Они открыли банку мясных консервов, выпили водки из алюминиевой фляжки. Постелили плащ-палатки. Легли на них. И накрылись шинелями.
– Слушай, – сказал Иноземцев. – Если душа не умирает, то, может, действительно она из одного облика в другой переходит. Может, вчера тигр был, но прикончили его охотники, и душа в человека народившегося переселилась. Тогда многое понятным становится. Ведь бывает человек не человек, а собака. Или слон. Или женщина – чистая кошка. А может, душа ее до этого в кошке сидела… Как ты думаешь, правильно я рассуждаю?
– Ты не баптист? – спросил Чугунков.
– Я русский, – обиделся Иноземцев. Помолчал немного, потом сказал: – А что?
– Ничего… Замашки у тебя сектантские. Давай спать…
Но Иноземцев еще долго не мог уснуть. И все думал, думал… И жалел, что не имеет высшего образования. Впервые в жизни жалел. Вот, может, пришло ему в голову гениальное открытие, может, угадал он, Иноземцев, самую суть бытия. Да только кто ему поверит, бывшему заведующему базой продовольственных и промышленных товаров.
3
Сон взбодрил их, вернул силы. И, проснувшись, они почувствовали себя крепкими и свежими, способными идти дальше долго и неутомимо.
– Маленько выпьем на дорожку, – предложил Чугунков.
Иван согласился. Приложились к фляжке. Потом закурили. Когда погасли самокрутки, Чугунков осторожно раздвинул кусты, посмотрел. Он увидел мокрые безлистные ветки, серое небо. Было десять минут пятого.
– Через час совсем стемнеет, – шепнул он Иноземцеву. – Двинем. Самое время.
Они пошли. И хворост и ветки предательски трещали под сапогами. Чугунков поклялся:
– Вернусь, обязательно сошью чуни из конской кожи. Чуни для такого дела – лучшая что ни на есть обувь. Шагаешь, как кот, и никто не услышит.
– Несолидно, – возразил Иноземцев.
– Что несолидно?
– Разведчику Красной Армии обуваться, как бродяге.
Чугунков выругался, но спорить не стал. Они опять вышли к дубу, на ту старую, заброшенную дорогу.
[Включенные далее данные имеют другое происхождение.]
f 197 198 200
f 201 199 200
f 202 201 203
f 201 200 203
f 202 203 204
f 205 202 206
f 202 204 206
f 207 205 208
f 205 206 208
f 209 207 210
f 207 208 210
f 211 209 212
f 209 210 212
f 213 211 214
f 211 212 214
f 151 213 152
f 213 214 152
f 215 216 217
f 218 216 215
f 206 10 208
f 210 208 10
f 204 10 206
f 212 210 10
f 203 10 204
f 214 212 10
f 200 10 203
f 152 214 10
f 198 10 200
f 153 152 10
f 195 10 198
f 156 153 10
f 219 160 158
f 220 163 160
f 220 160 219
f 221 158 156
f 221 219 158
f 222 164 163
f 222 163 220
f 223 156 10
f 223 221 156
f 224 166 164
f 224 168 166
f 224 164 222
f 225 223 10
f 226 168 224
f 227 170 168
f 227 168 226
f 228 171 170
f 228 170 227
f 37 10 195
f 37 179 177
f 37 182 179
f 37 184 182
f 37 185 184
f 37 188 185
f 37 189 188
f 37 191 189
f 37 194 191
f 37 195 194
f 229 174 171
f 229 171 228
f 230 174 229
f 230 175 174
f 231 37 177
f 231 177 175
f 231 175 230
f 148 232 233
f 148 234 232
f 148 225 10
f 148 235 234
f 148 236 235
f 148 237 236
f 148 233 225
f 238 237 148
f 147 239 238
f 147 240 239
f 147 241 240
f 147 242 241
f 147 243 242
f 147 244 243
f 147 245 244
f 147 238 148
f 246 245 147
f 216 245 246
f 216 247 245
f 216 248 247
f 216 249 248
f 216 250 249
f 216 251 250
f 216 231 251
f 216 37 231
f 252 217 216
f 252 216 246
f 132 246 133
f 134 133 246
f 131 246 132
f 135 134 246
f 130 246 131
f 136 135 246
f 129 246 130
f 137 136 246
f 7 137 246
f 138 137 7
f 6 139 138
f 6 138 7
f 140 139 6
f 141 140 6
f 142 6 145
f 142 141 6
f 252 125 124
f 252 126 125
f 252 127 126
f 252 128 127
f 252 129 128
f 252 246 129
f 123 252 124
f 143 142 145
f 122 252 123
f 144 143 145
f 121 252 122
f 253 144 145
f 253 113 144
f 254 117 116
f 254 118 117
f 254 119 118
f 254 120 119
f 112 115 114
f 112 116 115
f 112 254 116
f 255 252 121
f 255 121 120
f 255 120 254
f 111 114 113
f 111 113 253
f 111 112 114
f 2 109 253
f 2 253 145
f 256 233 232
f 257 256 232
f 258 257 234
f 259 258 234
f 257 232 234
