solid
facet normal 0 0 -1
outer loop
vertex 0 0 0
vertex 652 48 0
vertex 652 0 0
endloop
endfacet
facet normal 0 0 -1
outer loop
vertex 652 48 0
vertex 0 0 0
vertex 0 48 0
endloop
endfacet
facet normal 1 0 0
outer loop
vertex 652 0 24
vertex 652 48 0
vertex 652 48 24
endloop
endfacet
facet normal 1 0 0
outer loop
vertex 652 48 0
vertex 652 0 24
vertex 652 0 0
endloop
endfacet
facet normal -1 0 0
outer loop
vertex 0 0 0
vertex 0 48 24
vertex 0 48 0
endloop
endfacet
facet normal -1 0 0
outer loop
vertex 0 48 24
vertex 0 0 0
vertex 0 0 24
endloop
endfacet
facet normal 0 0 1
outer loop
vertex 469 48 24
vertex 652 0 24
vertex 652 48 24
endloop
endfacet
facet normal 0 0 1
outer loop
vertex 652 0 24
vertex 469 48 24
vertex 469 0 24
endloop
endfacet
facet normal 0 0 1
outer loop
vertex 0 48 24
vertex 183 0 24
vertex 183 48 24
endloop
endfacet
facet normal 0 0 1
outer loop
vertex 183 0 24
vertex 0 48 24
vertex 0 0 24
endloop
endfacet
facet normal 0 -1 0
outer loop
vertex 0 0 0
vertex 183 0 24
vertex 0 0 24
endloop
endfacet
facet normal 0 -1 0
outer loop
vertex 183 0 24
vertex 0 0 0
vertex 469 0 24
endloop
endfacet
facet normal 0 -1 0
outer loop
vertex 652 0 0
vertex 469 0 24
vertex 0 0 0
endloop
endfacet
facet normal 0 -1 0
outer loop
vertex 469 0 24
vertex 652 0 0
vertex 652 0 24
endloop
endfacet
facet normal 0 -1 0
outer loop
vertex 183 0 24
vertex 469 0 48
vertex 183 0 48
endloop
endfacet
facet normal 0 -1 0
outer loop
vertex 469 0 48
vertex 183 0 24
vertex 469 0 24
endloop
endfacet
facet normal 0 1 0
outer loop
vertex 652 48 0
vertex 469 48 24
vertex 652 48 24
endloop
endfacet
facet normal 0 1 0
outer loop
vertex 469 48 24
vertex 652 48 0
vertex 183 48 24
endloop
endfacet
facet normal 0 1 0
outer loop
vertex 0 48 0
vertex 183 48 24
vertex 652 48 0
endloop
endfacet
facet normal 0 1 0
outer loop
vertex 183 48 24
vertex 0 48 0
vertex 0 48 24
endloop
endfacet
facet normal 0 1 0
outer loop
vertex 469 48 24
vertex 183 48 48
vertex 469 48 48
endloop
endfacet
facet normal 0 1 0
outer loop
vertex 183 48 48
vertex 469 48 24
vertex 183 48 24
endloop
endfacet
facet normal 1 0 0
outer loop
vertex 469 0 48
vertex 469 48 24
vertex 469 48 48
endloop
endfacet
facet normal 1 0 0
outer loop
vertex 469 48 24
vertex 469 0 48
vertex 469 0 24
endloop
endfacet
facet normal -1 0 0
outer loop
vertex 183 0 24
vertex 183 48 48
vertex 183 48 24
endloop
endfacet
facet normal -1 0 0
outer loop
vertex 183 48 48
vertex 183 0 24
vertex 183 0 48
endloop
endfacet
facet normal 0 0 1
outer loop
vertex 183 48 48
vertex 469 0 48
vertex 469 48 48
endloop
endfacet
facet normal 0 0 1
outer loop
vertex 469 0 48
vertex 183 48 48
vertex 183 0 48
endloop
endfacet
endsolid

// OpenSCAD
scale = 32;

firWidth = (3 / 4) * scale;
firHeight = (3 / 2) * scale;
prismHyp = sqrt(2 * firWidth * firWidth);
miniPrismSide = prismHyp - firWidth;
miniPrismHyp = firWidth;

size = 6 * scale;
length = 20.375 * scale;

module strip(firLen)
{
    translate([0, 0, firWidth])
    {
        rotate([0,90,0])
        {
            cube([firWidth,firHeight,firLen]);
        }
    }
}

// 45 degree angle on 1 end
module strip45(firLen)
{
    points = [
    [  0,  0,  0 ],  //0
    [  0,  firHeight,  0 ],  //1
    [  0,  0,  firWidth ],  //2
    [  0,  firHeight,  firWidth ],  //3
    [  firLen - firWidth,  0,  firWidth ],  //4
    [  firLen - firWidth,  firHeight,  firWidth ],  //5
    [  firLen,  0,  0 ],  //6
    [  firLen,  firHeight,  0 ]]; //7
  
    faces = [
    [0,1,3,2], //back
    [0,1,7,6],  // bottom
    [4,2,3,5], // top
    [6,4,5,7],  // front
    [0,2,4,6],  // right
    [7,1,3,5]];  // left
  
    polyhedron( points, faces );
}

// 45 degree angle on both ends
module strip45x2(firLen)
{
    points = [
    [  0,  0,  0 ],  //0
    [firWidth,0,firWidth], //1
    [firWidth,firHeight,firWidth], //2
    [0,firHeight,0], //3
    [  firLen - miniPrismSide,  0, 0 ],  //4
    [  firLen,  0, miniPrismSide ],  //5
    [  firLen - miniPrismSide,  firHeight, 0 ],  //6
    [  firLen - sqrt(2 * (prismHyp - firWidth) *(prismHyp - firWidth)), firHeight, firWidth ], //7
    [  firLen, firHeight, miniPrismSide  ], //8
    [  firLen - sqrt(2 * (prismHyp - firWidth) *(prismHyp - firWidth)), 0, firWidth]  ]; //9
  
    faces = [
    [0,1,2,3], //back
    [0,3,6,4],  // bottom
    [1,2,7,9], // top
    [5,9,7,8],  // front
    [4,5,8,6],  //front bezel
    [0,1,9,5,4],  // right
    [6,3,2,7,8]];  // left
  
    polyhedron( points, faces );
}

module corner45(sideLen)
{
    strip45(sideLen);
    translate([0, (firHeight / 2), 0])
    {
        rotate([0,180,180])
        {
            color("black") text(str("   ", sideLen / scale ," inches"));
        }
    }
    translate([0,firHeight,firWidth])
    {
        rotate([0,-90,180])
        {
            strip45(sideLen - firWidth);
            translate([0, (firHeight / 2), 0])
            {
                rotate([0,180,180])
                {
                    color("black") text(str("   ", (sideLen - firWidth) / scale ," inches"));
                }
            }
        }
    }
}

module invu45(sideLen,longLen)
{
    strip(longLen);
    sizep = sqrt(2 * firWidth * firWidth);
    hyp = sqrt(2 * sizep * sizep);
    translate([sideLen - firWidth + 15, 0, firWidth])
    {
        topStripLen = longLen - (sideLen * 2) + (2 * firWidth) - 30;
        tsBL = round((topStripLen / scale) - 0.5);
        thirty2nds = round((topStripLen - (tsBL * scale)) - 0.5); 
        strip(topStripLen);
        color("black") text(str("   ", topStripLen, " ", thirty2nds, "/32 inches"));
    }
    translate([0, (firHeight / 2), 0])
    {
        longBL = round((longLen / scale) - 0.5);
        thirty2nds = round((longLen - (longBL * scale)) - 0.5);
        rotate([0,180,180])
        {
            color("black") text(str("   ", longBL, " ", thirty2nds, "/32 inches"));
        }
    }
    translate([0,firHeight,firWidth])
    {
        rotate([0,-90,180])
        {
            strip45(sideLen - firWidth);
            translate([0, (firHeight / 2), 0])
            {
                rotate([0,180,180])
                {
                    color("black") text(str("   ", (sideLen - firWidth) / scale ," inches"));
                }
            }
        }
    }
    translate([longLen,0,firWidth])
    {
    rotate([0,-90,0])
        {
            strip45(sideLen);
            translate([0, (firHeight / 2), 0])
            {
                rotate([0,180,180])
                {
                    color("black") text(str("   ", (sideLen - firWidth) / scale ," inches"));
                }
            }
        }
    }
}

//corner45(size);
invu45(size,length);
smallSizep = sqrt(2 * firWidth * firWidth);
smallHyp = sqrt(2 * smallSizep * smallSizep);        
translate([0,firHeight,size + sqrt(2 * firWidth * firWidth)])
{
    rotate([180,45,0])
    {
        sizep = size + sqrt(2 * firWidth * firWidth);
        hyp = sqrt(2 * sizep * sizep);
        bracketLen = hyp - prismHyp - miniPrismHyp;
        truncBL = round((bracketLen / scale) - 0.5);
        thirty2nds = round((bracketLen - (truncBL * scale)) - 0.5); 
        strip45x2(bracketLen);
        translate([0,20,0])
        {
            rotate([180,0,0])
            {
                color("black") text(str("   ", truncBL, " ", thirty2nds, "/32 inches"));
            }
        }
    }
}
translate([length,0,size + sqrt(2 * firWidth * firWidth)])
{
    rotate([0,135,0])
    {
        sizep = size + sqrt(2 * firWidth * firWidth);
        hyp = sqrt(2 * sizep * sizep);
        bracketLen = hyp - smallHyp;
        truncBL = round((bracketLen / scale) - 0.5);
        thirty2nds = round((bracketLen - (truncBL * scale)) - 0.5); 
        strip45x2(hyp - smallHyp);
        translate([0,20,0])
        {
            rotate([180,0,0])
            {
                color("black") text(str("   ", truncBL, " ", thirty2nds, "/32 inches"));
            }
        }
    }
}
Прильнули к дереву. Оглянулись. Все было спокойно. Тогда Чугунков показал рукой направление. И они пошли по дороге вниз, ступая ближе к склону горы. Тонкие деревья на противоположной стороне дороги, окутанные кустами ежевики, надежно прикрывали разведчиков с запада. Но появись кто-нибудь спереди – и получилась бы отличная ловушка. И оба это понимали. И торопились.